Imogene nodded and shut the album, resting both of her forearms on it as if she were afraid something—the past maybe—might try and escape.

“Why did you tell me all this?” I asked her. She shrugged.

“Because I trust you and because you remind me a lot of myself when I was your age…”

“Do I?” I said, and must have sounded a bit worried because Imogene put her arm around me and hugged me. “Don't worry,” she said. “I don't mean I think you're going to do something crazy like I did. It's just that now is an important time for you, Ruby. You have a lot of talent—everybody thinks so. If this film does well things could go crazy for you—you could suddenly find yourself being pulled in all sorts of directions. If that
happens I want you to think very carefully about what you are doing. Pause and take a breath. Don't worry about being perfect. No one in this business is perfect. All we are is very good at hiding our imperfections, and sometimes we get so obsessed with it we start to destroy ourselves. It's a real danger, Ruby. The best thing you can do is to just be you, otherwise this industry will burn you out before you've even begun.”

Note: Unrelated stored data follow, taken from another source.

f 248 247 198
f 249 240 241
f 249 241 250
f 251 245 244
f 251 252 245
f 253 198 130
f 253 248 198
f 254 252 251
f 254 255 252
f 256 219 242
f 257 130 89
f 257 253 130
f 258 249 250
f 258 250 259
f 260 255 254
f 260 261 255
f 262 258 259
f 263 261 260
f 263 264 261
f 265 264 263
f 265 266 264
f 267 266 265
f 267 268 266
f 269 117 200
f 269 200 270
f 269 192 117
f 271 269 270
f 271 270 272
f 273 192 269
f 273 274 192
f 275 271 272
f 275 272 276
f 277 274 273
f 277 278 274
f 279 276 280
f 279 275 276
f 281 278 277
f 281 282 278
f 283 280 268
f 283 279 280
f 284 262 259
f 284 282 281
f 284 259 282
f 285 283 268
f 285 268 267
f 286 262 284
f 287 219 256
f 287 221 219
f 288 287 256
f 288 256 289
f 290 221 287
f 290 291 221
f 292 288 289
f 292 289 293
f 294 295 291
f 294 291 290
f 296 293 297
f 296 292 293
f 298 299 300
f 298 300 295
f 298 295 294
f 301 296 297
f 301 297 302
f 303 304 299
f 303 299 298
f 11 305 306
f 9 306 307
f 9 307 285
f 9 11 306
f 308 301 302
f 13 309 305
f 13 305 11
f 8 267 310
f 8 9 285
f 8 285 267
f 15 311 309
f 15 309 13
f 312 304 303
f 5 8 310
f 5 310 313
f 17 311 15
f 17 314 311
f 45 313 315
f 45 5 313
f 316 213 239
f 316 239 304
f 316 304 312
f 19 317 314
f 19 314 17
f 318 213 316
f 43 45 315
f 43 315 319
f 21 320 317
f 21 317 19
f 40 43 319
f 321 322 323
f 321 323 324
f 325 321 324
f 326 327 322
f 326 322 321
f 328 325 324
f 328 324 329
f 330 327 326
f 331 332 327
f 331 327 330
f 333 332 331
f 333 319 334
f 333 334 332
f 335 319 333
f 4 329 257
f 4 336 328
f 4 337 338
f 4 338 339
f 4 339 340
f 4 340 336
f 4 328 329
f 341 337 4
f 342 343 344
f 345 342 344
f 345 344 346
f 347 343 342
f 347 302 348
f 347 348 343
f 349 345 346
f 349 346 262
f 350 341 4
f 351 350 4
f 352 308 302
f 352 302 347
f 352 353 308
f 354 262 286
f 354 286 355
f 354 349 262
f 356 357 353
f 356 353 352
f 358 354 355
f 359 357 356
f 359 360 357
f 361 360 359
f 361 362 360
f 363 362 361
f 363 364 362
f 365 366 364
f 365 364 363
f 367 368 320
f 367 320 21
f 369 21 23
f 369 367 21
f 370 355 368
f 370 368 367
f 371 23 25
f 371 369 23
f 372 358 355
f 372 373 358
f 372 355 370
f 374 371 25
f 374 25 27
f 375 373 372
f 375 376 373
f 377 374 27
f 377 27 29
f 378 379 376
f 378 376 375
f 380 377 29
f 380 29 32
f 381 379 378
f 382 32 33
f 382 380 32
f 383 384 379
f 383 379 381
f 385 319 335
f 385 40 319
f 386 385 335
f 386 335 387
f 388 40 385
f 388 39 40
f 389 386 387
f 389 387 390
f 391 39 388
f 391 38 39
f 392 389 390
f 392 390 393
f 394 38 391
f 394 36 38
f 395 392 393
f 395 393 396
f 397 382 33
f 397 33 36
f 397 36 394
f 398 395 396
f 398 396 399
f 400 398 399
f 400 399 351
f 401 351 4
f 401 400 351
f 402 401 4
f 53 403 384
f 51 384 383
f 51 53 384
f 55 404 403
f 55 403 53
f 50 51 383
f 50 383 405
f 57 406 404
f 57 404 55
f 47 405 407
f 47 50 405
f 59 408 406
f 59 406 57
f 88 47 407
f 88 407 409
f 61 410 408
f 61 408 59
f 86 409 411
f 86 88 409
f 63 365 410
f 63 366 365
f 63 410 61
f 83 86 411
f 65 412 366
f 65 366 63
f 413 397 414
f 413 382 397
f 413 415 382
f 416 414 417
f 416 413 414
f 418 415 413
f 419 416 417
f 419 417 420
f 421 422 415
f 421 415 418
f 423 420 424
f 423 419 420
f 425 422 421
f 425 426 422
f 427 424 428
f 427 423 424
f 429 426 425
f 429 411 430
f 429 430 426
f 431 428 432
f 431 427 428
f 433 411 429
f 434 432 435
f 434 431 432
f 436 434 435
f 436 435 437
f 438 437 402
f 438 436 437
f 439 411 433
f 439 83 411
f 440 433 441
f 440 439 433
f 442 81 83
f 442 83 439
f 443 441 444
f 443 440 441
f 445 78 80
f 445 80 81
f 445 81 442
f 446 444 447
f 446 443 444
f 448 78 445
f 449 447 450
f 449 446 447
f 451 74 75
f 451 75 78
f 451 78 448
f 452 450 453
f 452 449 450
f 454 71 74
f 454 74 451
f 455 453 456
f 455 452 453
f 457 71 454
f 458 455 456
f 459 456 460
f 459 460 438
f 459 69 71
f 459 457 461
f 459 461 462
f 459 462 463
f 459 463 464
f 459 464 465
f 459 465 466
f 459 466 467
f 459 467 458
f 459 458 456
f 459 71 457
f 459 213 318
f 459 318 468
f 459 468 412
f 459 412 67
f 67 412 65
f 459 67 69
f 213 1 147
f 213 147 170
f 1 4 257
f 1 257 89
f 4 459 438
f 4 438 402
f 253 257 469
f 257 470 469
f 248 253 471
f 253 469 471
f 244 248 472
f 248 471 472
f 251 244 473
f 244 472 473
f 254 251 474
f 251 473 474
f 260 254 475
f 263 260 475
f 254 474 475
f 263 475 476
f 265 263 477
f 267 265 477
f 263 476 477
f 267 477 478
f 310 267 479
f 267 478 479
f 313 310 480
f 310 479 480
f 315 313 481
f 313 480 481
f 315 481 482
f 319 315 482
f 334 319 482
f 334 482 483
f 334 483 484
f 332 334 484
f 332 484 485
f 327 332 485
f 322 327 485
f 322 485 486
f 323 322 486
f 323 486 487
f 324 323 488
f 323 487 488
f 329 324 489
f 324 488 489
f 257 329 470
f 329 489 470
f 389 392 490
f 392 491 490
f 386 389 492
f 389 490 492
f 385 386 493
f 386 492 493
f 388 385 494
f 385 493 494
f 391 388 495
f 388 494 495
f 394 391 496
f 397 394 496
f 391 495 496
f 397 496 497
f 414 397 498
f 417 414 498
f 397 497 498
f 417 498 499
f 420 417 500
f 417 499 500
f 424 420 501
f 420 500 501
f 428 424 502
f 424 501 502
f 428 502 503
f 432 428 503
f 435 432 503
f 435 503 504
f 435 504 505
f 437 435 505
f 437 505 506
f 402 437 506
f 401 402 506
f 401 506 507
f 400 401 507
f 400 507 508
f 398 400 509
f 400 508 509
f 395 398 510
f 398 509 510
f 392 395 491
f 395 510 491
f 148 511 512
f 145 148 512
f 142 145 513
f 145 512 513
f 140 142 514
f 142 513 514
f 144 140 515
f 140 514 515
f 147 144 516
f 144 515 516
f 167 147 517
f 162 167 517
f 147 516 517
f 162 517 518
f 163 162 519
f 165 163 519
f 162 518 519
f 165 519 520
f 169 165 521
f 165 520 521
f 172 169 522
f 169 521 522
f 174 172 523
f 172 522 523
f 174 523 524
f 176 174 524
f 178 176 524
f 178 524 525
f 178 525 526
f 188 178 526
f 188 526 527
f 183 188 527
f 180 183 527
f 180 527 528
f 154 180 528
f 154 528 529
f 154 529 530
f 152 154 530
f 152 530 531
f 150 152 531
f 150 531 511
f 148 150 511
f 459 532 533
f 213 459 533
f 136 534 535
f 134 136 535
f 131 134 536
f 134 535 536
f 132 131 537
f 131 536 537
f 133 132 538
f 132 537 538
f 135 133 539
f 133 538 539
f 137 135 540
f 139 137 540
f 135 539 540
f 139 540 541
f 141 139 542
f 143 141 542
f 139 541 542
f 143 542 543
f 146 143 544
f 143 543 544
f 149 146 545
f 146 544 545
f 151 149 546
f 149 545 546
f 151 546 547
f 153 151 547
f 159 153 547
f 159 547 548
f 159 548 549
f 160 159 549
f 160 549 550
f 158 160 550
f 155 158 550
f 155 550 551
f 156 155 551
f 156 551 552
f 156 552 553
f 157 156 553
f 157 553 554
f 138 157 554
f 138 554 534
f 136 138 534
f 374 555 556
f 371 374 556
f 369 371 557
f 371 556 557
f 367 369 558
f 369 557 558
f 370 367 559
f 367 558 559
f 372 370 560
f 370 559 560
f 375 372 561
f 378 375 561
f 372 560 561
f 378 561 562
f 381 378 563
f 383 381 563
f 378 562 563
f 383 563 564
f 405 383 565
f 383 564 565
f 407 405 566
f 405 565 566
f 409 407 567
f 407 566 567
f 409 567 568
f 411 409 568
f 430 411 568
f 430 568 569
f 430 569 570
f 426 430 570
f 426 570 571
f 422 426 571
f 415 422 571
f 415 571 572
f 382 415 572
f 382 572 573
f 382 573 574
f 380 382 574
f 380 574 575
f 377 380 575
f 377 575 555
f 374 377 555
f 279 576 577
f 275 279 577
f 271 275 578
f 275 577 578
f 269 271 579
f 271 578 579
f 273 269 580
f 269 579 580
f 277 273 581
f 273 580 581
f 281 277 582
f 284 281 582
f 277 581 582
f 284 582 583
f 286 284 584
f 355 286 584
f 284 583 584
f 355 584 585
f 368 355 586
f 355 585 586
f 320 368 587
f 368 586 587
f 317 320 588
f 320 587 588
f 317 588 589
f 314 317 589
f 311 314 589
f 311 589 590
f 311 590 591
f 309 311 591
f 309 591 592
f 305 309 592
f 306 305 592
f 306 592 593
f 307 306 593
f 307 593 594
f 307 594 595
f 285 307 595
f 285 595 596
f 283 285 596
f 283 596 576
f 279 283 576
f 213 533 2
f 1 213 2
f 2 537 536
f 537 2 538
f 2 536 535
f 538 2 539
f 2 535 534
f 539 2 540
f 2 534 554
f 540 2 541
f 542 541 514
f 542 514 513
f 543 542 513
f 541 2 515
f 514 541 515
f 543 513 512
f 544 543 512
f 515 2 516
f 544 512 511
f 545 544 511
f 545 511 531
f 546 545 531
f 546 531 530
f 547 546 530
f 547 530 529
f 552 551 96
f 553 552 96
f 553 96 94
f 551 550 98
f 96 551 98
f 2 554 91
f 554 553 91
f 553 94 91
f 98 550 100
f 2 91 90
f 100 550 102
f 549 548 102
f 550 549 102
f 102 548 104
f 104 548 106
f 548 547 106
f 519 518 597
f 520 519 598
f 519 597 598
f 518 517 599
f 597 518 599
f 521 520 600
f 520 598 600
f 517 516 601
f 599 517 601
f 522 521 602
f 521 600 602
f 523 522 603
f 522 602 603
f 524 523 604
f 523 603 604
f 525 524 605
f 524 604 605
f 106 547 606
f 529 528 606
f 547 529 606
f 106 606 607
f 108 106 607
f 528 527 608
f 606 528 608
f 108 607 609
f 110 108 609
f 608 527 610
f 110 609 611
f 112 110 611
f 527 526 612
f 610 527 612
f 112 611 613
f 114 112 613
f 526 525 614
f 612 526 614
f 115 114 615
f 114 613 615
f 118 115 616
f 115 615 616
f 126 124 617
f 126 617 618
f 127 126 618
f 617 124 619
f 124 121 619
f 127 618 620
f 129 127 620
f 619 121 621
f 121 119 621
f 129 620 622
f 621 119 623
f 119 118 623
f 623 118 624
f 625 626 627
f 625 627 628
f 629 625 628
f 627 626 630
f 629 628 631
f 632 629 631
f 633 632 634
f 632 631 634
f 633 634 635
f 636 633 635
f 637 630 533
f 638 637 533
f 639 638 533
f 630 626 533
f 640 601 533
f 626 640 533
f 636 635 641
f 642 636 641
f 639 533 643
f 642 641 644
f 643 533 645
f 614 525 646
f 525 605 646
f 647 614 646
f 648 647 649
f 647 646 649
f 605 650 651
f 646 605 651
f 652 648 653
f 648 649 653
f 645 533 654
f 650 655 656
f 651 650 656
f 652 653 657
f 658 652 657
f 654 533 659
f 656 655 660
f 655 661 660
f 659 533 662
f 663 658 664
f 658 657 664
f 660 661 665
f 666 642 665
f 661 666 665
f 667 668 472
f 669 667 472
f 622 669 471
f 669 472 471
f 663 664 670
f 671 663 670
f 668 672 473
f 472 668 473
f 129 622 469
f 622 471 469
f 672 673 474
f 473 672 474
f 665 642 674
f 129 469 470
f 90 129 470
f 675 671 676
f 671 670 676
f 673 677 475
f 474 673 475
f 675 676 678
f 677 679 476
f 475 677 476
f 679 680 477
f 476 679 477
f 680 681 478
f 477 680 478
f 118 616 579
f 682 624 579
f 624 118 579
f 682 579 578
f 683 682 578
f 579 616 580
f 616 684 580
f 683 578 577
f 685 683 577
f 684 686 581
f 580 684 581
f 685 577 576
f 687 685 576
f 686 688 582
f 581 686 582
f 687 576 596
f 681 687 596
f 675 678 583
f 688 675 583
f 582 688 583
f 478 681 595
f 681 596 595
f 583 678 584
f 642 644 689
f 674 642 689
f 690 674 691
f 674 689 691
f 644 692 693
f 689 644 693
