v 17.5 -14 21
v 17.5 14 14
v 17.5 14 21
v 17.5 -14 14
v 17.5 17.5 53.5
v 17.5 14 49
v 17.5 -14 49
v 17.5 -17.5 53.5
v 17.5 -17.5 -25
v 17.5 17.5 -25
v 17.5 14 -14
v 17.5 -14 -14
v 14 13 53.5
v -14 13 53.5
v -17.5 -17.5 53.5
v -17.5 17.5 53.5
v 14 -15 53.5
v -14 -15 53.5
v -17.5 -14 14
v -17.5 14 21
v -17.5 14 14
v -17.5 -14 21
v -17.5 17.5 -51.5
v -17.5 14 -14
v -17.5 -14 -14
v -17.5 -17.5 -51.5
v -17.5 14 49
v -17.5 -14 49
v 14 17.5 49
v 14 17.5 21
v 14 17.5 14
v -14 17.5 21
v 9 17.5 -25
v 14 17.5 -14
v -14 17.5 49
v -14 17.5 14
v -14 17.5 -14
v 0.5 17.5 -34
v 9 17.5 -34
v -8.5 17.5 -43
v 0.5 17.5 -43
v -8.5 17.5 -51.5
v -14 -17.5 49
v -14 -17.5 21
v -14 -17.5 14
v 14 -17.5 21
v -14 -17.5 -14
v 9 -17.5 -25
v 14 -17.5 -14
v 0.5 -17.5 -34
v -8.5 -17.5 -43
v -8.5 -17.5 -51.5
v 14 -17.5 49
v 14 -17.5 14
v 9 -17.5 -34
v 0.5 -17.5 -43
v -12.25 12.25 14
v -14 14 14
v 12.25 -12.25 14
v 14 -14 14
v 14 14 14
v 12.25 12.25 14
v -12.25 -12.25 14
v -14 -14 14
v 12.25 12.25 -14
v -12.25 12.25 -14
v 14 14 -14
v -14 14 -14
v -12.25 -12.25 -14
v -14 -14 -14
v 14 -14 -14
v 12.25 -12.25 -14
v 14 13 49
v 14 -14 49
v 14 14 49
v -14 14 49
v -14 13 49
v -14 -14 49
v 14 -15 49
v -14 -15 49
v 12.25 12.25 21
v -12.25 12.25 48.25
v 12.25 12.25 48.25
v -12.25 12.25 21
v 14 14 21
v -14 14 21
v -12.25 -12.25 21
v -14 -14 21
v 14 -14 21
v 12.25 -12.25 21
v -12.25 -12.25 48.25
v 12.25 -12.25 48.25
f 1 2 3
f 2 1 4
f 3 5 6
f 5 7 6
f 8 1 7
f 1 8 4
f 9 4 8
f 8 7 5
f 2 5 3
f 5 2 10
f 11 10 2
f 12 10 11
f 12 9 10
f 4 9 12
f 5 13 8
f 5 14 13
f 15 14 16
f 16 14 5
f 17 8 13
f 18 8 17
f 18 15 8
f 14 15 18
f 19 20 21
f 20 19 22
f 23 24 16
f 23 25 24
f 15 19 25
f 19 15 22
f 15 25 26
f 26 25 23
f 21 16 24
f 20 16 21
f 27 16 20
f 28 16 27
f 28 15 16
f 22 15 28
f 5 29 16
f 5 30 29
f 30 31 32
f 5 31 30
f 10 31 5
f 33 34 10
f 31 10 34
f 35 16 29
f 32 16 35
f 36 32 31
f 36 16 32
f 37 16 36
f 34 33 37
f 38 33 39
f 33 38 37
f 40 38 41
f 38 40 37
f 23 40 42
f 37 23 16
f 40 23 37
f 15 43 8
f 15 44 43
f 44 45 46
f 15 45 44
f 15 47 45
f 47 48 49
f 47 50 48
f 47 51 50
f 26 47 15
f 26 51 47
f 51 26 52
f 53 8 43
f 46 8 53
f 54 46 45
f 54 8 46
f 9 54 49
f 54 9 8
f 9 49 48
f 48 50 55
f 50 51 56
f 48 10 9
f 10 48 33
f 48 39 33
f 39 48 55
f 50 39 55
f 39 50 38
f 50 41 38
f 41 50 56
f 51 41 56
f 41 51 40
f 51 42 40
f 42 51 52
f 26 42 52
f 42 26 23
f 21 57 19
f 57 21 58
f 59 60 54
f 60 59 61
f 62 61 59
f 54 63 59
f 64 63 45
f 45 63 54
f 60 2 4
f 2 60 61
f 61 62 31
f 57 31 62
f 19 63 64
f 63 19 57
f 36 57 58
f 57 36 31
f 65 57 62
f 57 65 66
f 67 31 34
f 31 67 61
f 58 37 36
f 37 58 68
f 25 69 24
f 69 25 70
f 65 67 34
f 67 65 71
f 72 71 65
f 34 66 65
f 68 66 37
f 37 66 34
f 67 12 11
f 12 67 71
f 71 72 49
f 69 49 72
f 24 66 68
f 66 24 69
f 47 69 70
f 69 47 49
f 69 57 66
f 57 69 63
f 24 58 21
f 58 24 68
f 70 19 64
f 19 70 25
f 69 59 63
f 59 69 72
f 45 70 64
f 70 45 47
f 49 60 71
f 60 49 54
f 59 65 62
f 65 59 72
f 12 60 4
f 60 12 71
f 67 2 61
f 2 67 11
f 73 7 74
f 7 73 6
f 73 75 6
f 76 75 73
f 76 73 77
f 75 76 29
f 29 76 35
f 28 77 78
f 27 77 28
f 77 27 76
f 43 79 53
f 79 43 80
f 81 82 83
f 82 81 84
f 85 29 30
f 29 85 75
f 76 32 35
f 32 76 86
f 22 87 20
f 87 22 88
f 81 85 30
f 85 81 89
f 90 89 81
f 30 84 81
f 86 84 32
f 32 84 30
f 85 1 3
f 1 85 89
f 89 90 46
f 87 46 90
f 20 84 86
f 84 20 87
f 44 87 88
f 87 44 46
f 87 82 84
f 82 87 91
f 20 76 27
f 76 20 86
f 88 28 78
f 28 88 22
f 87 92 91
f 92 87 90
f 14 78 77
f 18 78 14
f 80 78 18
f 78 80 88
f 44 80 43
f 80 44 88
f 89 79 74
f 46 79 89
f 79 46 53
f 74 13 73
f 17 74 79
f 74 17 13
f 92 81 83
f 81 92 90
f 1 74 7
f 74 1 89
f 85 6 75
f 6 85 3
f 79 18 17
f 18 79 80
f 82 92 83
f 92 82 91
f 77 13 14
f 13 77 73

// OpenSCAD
// file: modules.scad
offset = [0,8,0];
zoom = [0.8,0.8,1];

module white( filename, text)
{
    translate([0,4,0])   scale(zoom)
    rotate([180,0,-90]) 
    union(){ 
        translate([-14,-6.4,-2.5])   rotate([0,0,90])  linear_extrude(5)  text (text,font="bold",size=3.5); 
        intersection() 
        {    
            cube([35,35,5],center=true); 
            translate([1.5,0,2.6])   scale([0.14,0.14,-1])surface(file = filename, center = true); 
        } 
    } 

};

module black( filename, text)
{
    translate([0,4,0])   scale(zoom)
    rotate([180,0,-90]) 
    difference() 
    {    
        cube([35,35,5],center=true); 
        translate([1.5,0,2.6])    scale([0.14,0.14,-1]) surface(file = filename, center = true);
        translate([-14,-6.4,-2.5])   rotate([0,0,90])  linear_extrude(6)  text (text,font="bold",size=3.5);
    } 
}

module shape()
{
    translate([0,8,0])   scale(zoom) rotate([180,0,0]) 
    {
        rotate([0,0,90]) translate([5,0,0])  cube([35,35,5.5],center=true);  
        // use for help
//        linear_extrude(5)  translate([-9,-4,0])   text("B",size=20);
    }
}

module cube_appendix()
{
    difference()
    {
        union()
        {
            translate([0,0,1])
            {
                cube([35,35,35],center=true);
                 translate([0,0,7]) cylinder(r=10,h=30,center=true);
            }
        }
        translate([0,0,-24]) cylinder(r=10,h=30,center=true);
    }
}

module blue_stairs()
{
        union()
        {
            translate([0,0,1])cube([35,35,35],center=true);
            translate([0,0,-20.5])cube([35,35,9],center=true);            
            translate([-4.25,0,-29.5])cube([35-8.5,35,9],center=true);            
            translate([-8.5,0,-29.5-9])cube([35-17,35,9],center=true);            
            translate([-13,0,-29.5-17.5])cube([35-26,35,9],center=true);            

        }
}

module green_stairs()
{
        union()
        {
            translate([0,0,1+35/2])cube([35,35,70],center=true);
            translate([0,0,-20.5])cube([35,35,9],center=true);            
            translate([-4.25,0,-29.5])cube([35-8.5,35,9],center=true);            
            translate([-8.5,0,-29.5-9])cube([35-17,35,9],center=true);            
            translate([-13,0,-29.5-17.5])cube([35-26,35,9],center=true);            

        }
}

module support()
{
    difference()
    {
        translate([10,-1.5,-12])
        {
            difference()
            {
                cube([211,51.5,22],center=true);
                translate([0,0,17]) cube([211,40,20],center=true);
                
                
            }
        }
        translate([106-8,-2.5,-10])    cylinder(r=11,h=10,$fn=50);
        translate([70.6-8,-2.5,-10])    cylinder(r=11,h=10,$fn=50);
        translate([35.3-8,-2.5,-10])    cylinder(r=11,h=10,$fn=50);
        translate([-8,-2.5,-10])    cylinder(r=11,h=10,$fn=50);
        translate([-43,-2.5,-10])    cylinder(r=11,h=10,$fn=50);
        translate([-78,-2.5,-10])    cylinder(r=11,h=10,$fn=50);
    }
}

module tower()
{
    difference()
    {
        union()
        {
            translate([0,0,3-35/2])cube([35,35,70],center=true);
            translate([0,0,20])    cylinder(r=10,h=5,$fn=50);
        }
        translate([0,0,-50])    cylinder(r=10,h=10,$fn=50);
    }
}

module character()
{
    union()
    {
        translate([0,0,10])    cylinder(r1=13,r2=8,h=25,$fn=50);    
        translate([0,0,37.5])    
        {
            cylinder(r1=12,r2=1,h=5,$fn=50);
            scale([1,1,-1]) cylinder(r1=12,r2=1,h=5,$fn=50);
        }
        
        translate([0,0,50]) sphere(r=12,$fn=50);
    }    
}
// main file
include <modules.scad>

difference()
{
    green_stairs();
    translate([0,0,0])      union() color([0,1,0])
    {
        rotate([90,0,0])
        {
            translate([0,-4,-15])       shape();  
            rotate([0,90,0])   translate([0,-4,-15])              shape();  
            rotate([0,180,0])   translate([0,-4,-15])              shape();  
            rotate([0,270,0])   translate([0,-4,-15])              shape();  
        }
    }
    translate([0,0,35])      union() color([0,1,0])
    {
        rotate([0,180,0])   translate([0,-5,-16])              shape();  
        rotate([90,0,0])
        {
            translate([0,-4,-15])       shape();  
            rotate([0,90,0])   translate([0,-4,-15])              shape();  
            rotate([0,180,0])   translate([0,-4,-15])              shape();  
            rotate([0,270,0])   translate([0,-4,-15])              shape();  
        }
    }
}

“Like Sean,” I said quietly.

“It would seem so,” Imogene said with a tiny smile. “It's easy to let this life get on top of you when you are your age, especially if you haven't got the right guidance. And it's easy to let things get out of perspective and lose sight of who you are. just remember the best thing you have going for you right now is your school, your friends, and most of all your parents. Keep those steady and they will keep you steady. And never forget how lucky you are.”

I thought for a moment.

“I am lucky,” I said, sounding quite surprised. “I had forgotten how lucky I am.”

“I thought so,” Imogene said.

I thought about Nydia and Danny, Mum and Dad, and even Sean, and all the things I thought were so terrible in my life. When I thought about it none of them
were things I couldn't make better somehow. It was Just knowing where and how to start.

Suddenly I remembered something that Imogene had said earlier.

“You said that Sean's mum's heart was broken because of not seeing him,” I said. Imogene nodded and raised a questioning eyebrow. “Do you know her?”

“I used to,” Imogene said. “We worked together once a long time ago. This is the first time I've worked with Sean. It's horrible that the rumours about his father could be true.”